Proyecto Individual N.2 / Data Analytics
Mi rol como data analist es encontrar indicios o patrones en los datos que luego sirvan para la toma de decisiones. En este caso el dataset a estudiar incluye informacion de accidentes viales en la zona de CABA Argentina, ocurridos entre 2016 y 2021.
import pandas as pd
import numpy as np
import matplotlib.pyplot as plt
import seaborn as sns
# Load the vial.xlsx file
df_vial = pd.read_excel('vial.xlsx')
# Check for missing values
missing_values = df_vial.isnull().sum()
print("Missing values:\n", missing_values)
# Check for duplicates
duplicates = df_vial.duplicated().sum()
print("Number of duplicates:", duplicates)

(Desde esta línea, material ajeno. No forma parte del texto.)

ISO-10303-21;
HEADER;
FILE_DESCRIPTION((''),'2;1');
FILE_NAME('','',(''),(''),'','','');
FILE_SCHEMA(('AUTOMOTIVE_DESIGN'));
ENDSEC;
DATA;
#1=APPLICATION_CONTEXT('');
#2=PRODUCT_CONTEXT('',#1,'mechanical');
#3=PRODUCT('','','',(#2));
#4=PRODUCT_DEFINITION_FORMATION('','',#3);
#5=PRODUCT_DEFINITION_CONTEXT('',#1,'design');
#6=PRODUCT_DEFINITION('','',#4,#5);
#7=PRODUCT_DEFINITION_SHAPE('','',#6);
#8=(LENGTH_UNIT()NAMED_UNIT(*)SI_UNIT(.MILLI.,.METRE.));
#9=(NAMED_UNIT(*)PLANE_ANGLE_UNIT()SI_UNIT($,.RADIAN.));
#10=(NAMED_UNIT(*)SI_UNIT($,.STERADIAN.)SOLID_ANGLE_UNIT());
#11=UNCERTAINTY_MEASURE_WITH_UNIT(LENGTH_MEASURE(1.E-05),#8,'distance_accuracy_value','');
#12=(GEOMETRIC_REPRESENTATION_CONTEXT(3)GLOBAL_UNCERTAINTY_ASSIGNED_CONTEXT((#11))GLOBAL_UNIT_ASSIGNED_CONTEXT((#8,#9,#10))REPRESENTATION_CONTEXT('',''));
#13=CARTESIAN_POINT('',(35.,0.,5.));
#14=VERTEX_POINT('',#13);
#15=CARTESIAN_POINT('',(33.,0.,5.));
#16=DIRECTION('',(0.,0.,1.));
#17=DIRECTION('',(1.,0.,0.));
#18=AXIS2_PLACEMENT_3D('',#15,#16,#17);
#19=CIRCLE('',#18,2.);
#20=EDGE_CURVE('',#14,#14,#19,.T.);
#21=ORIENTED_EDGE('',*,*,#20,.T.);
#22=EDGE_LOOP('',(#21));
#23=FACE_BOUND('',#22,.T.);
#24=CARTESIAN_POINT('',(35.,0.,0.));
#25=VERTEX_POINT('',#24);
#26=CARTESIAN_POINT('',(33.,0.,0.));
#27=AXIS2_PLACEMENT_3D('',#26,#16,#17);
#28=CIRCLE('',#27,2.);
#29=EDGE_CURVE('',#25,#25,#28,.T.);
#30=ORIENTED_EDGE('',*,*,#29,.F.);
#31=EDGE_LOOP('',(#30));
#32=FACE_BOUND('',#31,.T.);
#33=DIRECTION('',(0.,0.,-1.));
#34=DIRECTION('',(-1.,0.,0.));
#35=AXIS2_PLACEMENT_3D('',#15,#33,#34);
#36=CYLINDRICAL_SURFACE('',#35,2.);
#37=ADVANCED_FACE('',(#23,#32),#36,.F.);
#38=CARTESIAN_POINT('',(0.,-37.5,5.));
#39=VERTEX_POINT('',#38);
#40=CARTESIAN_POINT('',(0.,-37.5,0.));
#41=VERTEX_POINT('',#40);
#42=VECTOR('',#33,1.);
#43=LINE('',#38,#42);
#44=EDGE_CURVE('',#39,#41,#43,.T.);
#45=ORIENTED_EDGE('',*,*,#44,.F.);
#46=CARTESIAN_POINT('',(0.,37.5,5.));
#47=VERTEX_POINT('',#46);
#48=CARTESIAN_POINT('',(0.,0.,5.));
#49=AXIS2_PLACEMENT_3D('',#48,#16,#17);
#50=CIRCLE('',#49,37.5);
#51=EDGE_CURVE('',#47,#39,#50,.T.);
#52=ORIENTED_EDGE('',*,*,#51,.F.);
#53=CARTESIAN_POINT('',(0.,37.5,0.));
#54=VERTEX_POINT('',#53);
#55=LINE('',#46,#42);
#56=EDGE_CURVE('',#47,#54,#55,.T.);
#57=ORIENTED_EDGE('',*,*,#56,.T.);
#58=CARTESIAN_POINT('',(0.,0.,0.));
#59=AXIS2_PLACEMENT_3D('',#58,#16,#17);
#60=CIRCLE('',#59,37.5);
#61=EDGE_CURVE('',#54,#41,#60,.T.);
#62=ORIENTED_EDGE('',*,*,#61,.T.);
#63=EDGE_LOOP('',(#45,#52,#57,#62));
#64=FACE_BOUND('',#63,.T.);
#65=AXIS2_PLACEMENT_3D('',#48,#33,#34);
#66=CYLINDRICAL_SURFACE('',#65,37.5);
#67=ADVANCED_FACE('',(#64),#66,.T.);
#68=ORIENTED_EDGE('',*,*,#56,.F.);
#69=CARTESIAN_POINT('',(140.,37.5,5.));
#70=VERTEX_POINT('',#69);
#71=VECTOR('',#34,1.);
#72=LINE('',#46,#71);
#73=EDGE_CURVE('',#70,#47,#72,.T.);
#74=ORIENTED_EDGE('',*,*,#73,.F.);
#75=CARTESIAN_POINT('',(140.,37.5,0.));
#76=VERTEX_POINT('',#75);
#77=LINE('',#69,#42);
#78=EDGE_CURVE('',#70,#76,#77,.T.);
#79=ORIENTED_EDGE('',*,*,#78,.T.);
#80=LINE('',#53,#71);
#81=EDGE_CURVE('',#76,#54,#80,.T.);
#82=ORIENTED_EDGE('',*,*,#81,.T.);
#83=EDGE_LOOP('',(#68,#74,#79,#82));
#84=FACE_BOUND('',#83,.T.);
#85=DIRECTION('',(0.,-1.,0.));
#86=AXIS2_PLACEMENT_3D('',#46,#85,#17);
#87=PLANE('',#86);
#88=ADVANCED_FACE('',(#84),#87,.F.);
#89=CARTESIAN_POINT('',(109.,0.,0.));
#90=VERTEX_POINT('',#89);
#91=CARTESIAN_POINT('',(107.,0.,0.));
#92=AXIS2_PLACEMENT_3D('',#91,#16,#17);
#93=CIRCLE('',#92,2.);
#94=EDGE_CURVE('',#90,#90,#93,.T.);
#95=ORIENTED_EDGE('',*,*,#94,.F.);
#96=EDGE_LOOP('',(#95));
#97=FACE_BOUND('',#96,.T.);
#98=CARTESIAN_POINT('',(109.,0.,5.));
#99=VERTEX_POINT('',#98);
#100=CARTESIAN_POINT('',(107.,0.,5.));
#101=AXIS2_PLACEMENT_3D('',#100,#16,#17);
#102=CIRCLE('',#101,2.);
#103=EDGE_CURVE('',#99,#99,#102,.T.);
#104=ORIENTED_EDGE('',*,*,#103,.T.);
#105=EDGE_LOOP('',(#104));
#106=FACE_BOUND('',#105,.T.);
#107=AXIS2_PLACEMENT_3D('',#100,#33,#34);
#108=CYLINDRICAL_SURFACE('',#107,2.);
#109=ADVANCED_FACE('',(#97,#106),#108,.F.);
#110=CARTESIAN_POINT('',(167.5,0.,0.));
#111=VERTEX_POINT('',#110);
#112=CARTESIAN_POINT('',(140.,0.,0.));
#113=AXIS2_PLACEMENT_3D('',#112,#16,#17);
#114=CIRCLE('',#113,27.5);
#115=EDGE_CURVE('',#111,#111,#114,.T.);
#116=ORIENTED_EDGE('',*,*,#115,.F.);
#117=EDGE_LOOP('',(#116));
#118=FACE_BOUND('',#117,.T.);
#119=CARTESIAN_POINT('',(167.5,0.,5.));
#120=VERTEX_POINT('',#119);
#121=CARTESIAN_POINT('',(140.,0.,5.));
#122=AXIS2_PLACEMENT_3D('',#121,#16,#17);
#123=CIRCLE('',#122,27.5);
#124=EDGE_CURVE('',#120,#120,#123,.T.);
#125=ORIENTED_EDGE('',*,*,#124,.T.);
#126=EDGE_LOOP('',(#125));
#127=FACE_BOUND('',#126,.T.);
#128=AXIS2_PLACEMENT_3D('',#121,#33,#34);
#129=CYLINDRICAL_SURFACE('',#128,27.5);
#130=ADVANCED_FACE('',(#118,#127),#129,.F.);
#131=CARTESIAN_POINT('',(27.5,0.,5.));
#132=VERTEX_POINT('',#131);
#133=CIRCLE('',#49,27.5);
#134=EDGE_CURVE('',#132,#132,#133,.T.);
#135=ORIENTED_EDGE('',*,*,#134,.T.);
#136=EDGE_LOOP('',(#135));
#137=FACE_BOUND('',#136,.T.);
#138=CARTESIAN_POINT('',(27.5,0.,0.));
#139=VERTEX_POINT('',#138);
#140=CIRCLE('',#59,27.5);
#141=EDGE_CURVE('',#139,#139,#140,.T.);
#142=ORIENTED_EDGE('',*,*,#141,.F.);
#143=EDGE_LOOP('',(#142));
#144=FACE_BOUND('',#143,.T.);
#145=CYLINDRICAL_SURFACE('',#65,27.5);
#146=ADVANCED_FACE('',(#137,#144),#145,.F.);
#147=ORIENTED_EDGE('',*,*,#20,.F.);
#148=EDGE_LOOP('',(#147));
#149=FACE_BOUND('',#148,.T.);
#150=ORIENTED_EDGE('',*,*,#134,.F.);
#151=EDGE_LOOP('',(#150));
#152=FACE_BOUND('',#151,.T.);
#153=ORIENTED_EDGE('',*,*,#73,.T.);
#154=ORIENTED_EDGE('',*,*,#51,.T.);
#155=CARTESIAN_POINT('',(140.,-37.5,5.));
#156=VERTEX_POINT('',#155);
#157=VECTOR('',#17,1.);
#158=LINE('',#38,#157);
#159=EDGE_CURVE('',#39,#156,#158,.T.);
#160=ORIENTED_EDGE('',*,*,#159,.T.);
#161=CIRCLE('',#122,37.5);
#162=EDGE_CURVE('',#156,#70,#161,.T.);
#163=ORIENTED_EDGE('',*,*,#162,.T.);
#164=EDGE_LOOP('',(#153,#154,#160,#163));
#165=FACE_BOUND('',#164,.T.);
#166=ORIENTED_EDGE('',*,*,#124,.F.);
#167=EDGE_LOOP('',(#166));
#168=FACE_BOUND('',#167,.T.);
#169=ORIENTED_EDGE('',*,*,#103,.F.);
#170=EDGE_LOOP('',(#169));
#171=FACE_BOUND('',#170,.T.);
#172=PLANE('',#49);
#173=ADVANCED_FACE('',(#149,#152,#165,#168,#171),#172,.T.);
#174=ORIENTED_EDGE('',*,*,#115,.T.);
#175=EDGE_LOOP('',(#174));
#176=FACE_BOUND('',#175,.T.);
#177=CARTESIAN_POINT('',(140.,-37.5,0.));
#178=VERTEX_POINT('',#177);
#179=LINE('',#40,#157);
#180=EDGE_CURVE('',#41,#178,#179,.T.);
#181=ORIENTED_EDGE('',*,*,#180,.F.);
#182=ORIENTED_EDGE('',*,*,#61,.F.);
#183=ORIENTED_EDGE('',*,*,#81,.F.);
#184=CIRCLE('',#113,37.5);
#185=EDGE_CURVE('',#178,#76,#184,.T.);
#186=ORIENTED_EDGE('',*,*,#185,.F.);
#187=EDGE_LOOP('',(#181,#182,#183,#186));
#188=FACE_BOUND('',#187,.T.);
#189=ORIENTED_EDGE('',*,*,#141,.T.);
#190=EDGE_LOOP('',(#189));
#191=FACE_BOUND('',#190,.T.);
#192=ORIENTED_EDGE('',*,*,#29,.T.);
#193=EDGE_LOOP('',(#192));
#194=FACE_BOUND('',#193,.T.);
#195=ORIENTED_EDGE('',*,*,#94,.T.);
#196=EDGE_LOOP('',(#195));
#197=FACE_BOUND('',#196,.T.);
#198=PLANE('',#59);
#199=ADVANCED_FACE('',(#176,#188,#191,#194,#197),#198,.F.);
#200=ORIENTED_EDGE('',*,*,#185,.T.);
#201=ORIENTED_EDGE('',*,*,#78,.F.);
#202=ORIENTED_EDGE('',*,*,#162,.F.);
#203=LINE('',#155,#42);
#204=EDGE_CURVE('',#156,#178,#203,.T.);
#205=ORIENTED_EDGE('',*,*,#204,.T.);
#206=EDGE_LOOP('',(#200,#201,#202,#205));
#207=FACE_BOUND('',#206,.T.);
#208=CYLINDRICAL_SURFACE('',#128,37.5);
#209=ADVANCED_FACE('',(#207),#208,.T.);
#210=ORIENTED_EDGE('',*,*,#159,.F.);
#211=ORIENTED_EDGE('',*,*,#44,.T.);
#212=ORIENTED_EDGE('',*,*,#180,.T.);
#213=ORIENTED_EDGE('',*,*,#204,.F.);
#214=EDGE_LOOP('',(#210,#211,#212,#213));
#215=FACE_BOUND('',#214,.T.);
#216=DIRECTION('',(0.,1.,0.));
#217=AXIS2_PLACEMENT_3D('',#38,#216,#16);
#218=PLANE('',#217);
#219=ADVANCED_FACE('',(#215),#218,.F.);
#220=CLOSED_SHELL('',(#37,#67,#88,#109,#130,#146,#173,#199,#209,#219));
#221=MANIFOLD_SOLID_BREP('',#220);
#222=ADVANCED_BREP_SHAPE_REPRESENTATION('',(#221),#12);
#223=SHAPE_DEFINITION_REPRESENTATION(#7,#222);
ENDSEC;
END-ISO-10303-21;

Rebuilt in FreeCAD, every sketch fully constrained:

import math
import FreeCAD as App
import Part
import Sketcher

V = App.Vector
Q = App.Units.Quantity

doc = App.newDocument("Part")
body = doc.addObject("PartDesign::Body", "Body")

# Sketch on XY plane
sketch1 = body.newObject("Sketcher::SketchObject", "Sketch")
sketch1.AttachmentSupport = (doc.getObject("XY_Plane"), [""])
sketch1.MapMode = "FlatFace"
sketch1.addGeometry([
    Part.LineSegment(V(140, 37.5, 0), V(0, 37.5, 0)),  # 0
    Part.ArcOfCircle(Part.Circle(V(0, 0, 0), V(0, 0, 1), 37.5), math.radians(90), math.radians(270)),  # 1
    Part.LineSegment(V(0, -37.5, 0), V(140, -37.5, 0)),  # 2
    Part.ArcOfCircle(Part.Circle(V(140, 0, 0), V(0, 0, 1), 37.5), math.radians(-90), math.radians(90)),  # 3
    Part.Circle(V(140, 0, 0), V(0, 0, 1), 27.5),  # 4
    Part.Circle(V(107, 0, 0), V(0, 0, 1), 2),  # 5
    Part.Circle(V(33, 0, 0), V(0, 0, 1), 2),  # 6
    Part.Circle(V(0, 0, 0), V(0, 0, 1), 27.5),  # 7
], False)
sketch1.addConstraint([
    Sketcher.Constraint("Tangent", 0, 2, 1, 1),
    Sketcher.Constraint("Tangent", 1, 2, 2, 1),
    Sketcher.Constraint("Tangent", 2, 2, 3, 1),
    Sketcher.Constraint("Tangent", 3, 2, 0, 1),
    Sketcher.Constraint("Horizontal", 0),
    Sketcher.Constraint("Horizontal", 2),
    Sketcher.Constraint("Coincident", 1, 3, -1, 1),
    Sketcher.Constraint("Coincident", 7, 3, -1, 1),
    Sketcher.Constraint("Coincident", 4, 3, 3, 3),
    Sketcher.Constraint("Equal", 5, 6),
    Sketcher.Constraint("Equal", 4, 7),
    Sketcher.Constraint("PointOnObject", 5, 3, -1),
    Sketcher.Constraint("PointOnObject", 6, 3, -1),
    Sketcher.Constraint("Diameter", 4, Q("55 mm")),
    Sketcher.Constraint("Diameter", 5, Q("4 mm")),
    Sketcher.Constraint("Radius", 1, Q("37.5 mm")),
    Sketcher.Constraint("DistanceX", 0, 2, 0, 1, Q("140 mm")),
    Sketcher.Constraint("DistanceX", -1, 1, 5, 3, Q("107 mm")),
    Sketcher.Constraint("DistanceX", -1, 1, 6, 3, Q("33 mm")),
])
pad1 = body.newObject("PartDesign::Pad", "Pad")
pad1.Profile = sketch1
pad1.Length = 5

doc.recompute()
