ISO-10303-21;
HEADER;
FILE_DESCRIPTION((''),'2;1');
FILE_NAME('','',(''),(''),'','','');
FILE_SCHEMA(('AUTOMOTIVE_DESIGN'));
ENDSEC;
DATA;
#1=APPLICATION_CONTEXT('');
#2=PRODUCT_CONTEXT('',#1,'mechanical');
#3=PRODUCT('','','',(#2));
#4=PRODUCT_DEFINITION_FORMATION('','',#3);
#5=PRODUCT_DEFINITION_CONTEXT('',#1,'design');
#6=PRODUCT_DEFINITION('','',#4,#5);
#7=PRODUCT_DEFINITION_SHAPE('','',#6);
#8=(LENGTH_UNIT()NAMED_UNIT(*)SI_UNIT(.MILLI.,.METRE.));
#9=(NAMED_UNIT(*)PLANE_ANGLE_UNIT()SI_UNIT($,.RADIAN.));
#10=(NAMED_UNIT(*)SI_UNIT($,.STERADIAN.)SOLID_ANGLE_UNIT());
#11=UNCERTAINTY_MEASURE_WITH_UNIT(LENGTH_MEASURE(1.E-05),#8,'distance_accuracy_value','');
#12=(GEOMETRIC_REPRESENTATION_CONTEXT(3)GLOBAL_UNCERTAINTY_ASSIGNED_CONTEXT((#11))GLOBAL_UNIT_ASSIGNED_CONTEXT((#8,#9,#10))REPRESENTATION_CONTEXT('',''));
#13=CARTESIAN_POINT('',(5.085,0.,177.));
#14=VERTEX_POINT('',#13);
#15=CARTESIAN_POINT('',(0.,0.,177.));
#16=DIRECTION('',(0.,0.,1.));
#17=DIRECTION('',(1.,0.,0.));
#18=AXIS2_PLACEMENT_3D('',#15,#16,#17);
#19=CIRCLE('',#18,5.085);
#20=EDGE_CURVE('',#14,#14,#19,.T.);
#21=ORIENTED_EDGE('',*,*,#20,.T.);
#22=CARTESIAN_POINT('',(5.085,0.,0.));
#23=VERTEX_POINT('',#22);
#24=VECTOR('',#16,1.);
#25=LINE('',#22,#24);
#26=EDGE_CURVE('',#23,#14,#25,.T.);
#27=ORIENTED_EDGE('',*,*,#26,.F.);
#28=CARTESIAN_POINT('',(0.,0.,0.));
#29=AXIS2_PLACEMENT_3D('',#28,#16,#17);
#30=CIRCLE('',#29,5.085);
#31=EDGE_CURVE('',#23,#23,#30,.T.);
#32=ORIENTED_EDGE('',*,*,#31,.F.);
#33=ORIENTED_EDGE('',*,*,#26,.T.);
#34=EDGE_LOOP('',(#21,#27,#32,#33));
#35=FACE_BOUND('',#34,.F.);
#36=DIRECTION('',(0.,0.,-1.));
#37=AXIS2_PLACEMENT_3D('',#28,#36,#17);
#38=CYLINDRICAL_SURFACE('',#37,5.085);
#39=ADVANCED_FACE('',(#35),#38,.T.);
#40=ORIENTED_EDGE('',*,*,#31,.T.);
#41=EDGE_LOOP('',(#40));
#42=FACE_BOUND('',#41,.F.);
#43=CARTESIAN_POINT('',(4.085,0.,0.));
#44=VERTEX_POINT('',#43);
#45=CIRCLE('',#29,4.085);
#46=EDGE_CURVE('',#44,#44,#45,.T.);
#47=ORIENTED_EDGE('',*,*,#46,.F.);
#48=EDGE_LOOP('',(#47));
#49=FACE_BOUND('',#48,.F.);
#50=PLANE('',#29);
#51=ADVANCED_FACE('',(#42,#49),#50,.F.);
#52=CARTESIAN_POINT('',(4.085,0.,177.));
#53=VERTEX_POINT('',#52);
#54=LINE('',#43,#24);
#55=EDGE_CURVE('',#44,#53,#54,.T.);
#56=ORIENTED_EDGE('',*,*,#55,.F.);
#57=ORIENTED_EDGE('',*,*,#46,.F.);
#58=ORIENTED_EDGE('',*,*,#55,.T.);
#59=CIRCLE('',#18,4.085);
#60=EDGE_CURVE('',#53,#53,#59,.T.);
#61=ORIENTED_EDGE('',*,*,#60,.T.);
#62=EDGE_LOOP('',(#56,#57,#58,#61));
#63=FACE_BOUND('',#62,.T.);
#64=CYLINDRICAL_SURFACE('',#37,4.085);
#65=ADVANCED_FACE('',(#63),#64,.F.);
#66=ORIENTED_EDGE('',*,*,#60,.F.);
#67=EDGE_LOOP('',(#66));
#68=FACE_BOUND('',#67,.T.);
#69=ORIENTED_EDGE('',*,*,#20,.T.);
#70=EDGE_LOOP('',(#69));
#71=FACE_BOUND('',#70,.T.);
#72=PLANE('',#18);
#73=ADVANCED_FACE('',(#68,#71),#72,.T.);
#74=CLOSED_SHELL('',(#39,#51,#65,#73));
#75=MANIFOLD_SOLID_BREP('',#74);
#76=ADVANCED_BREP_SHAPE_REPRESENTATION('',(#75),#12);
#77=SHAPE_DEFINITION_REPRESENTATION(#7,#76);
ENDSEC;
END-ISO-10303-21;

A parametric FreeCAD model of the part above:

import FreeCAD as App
import Part
import Sketcher

V = App.Vector
Q = App.Units.Quantity

doc = App.newDocument("Part")
body = doc.addObject("PartDesign::Body", "Body")

sketch1 = body.newObject("Sketcher::SketchObject", "Sketch")
sketch1.AttachmentSupport = (doc.getObject("XY_Plane"), [""])
sketch1.MapMode = "FlatFace"
sketch1.addGeometry(Part.Circle(V(0, 0, 0), V(0, 0, 1), 5.1), False)
sketch1.addGeometry(Part.Circle(V(0, 0, 0), V(0, 0, 1), 4.1), False)
sketch1.addConstraint(Sketcher.Constraint("Coincident", 0, 3, -1, 1))
sketch1.addConstraint(Sketcher.Constraint("Coincident", 1, 3, -1, 1))
sketch1.addConstraint(Sketcher.Constraint("Diameter", 0, Q("10.17 mm")))
sketch1.addConstraint(Sketcher.Constraint("Diameter", 1, Q("8.17 mm")))
pad1 = body.newObject("PartDesign::Pad", "Pad")
pad1.Profile = sketch1
pad1.Length = 177

doc.recompute()
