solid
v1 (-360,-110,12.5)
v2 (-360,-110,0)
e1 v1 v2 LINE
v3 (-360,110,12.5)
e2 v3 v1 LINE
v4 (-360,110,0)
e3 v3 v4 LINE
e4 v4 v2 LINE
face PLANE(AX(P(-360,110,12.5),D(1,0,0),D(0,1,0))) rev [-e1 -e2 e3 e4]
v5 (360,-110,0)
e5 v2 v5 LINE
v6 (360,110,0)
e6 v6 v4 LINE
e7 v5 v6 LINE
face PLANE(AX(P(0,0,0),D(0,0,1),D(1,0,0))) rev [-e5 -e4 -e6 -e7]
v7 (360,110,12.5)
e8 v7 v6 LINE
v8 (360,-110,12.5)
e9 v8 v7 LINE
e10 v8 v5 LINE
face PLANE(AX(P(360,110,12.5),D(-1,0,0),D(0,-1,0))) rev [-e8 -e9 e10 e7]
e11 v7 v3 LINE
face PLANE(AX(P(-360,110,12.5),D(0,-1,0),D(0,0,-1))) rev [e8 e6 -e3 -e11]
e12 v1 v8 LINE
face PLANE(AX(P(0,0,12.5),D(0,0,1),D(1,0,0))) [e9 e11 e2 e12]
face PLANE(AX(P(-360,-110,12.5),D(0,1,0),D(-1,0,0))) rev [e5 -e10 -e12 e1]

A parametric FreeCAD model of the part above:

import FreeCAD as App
import Part
import Sketcher

V = App.Vector
Q = App.Units.Quantity


def add_polygon(sketch, points):
    """Adds a closed chain of lines whose ends are joined by coincident constraints."""
    first, n = sketch.GeometryCount, len(points)
    for a, b in zip(points, points[1:] + points[:1]):
        sketch.addGeometry(Part.LineSegment(App.Vector(*a, 0), App.Vector(*b, 0)), False)
    for i in range(n):
        sketch.addConstraint(Sketcher.Constraint("Coincident", first + i, 2, first + (i + 1) % n, 1))

doc = App.newDocument("Part")
body = doc.addObject("PartDesign::Body", "Body")

# Sketch on XY plane
sketch1 = body.newObject("Sketcher::SketchObject", "Sketch")
sketch1.AttachmentSupport = (doc.getObject("XY_Plane"), [""])
sketch1.MapMode = "FlatFace"
add_polygon(sketch1, [(-360, 110), (-360, -110), (360, -110), (360, 110)])  # lines 0-3
sketch1.addConstraint([
    Sketcher.Constraint("Vertical", 0),
    Sketcher.Constraint("Horizontal", 1),
    Sketcher.Constraint("Vertical", 2),
    Sketcher.Constraint("Horizontal", 3),
    Sketcher.Constraint("Symmetric", 0, 2, 2, 2, -1, 1),
    Sketcher.Constraint("DistanceX", 1, 1, 1, 2, Q("720 mm")),
    Sketcher.Constraint("DistanceY", 0, 2, 0, 1, Q("220 mm")),
])
pad1 = body.newObject("PartDesign::Pad", "Pad")
pad1.Profile = sketch1
pad1.Length = 12.5

doc.recompute()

# Drop columns 'Altura' and 'Cruce' from dataframe df_vial
#df_vial.drop(['Altura', 'Cruce'], axis=1, inplace=True)
df_vial.head()
df_vial.info()
Data Cleaning Steps for DataFrame df_vial
Based on the information provided, here are some data cleaning steps that can be performed on the DataFrame df_vial
:
-
Handling Missing Values:
- Identify columns with missing values and decide on an appropriate strategy to handle them (e.g., imputation, deletion).
-
Dropping Unnecessary Columns:
- Remove columns that are not relevant for the analysis or contain redundant information.
-
Handling Duplicates:
- Identify and remove any duplicate rows in the DataFrame.
-
Standardizing Data:
- Check for inconsistent or incorrect data formats and standardize them if necessary.
-
Renaming Columns:
- Rename columns with unclear or inconsistent names to improve clarity and consistency.
-
Data Type Conversion:
- Convert columns to their appropriate data types if needed (e.g., datetime, numeric).
These are general steps, and the specific cleaning requirements may vary based on the analysis goals and the characteristics of the dataset.
# Rename columns 'Dirección Normalizada' to 'DIRNORM', 'pos x' to 'LONGITUD', and 'pos y' to 'LATITUD'
df_vial.rename(columns={'Dirección Normalizada': 'DIRNORM', 'pos x': 'LONGITUD', 'pos y': 'LATITUD'}, inplace=True)
df_vial.columns
import plotly.graph_objects as go
# Agrupa los datos por la columna 'VICTIMA' y suma el número de víctimas en cada categoría
data_grouped = df_vial.groupby('VICTIMA')['N_VICTIMAS'].sum().reset_index()
# Ordenar los datos por el número de víctimas de forma descendente
data_grouped.sort_values('N_VICTIMAS', ascending=False, inplace=True)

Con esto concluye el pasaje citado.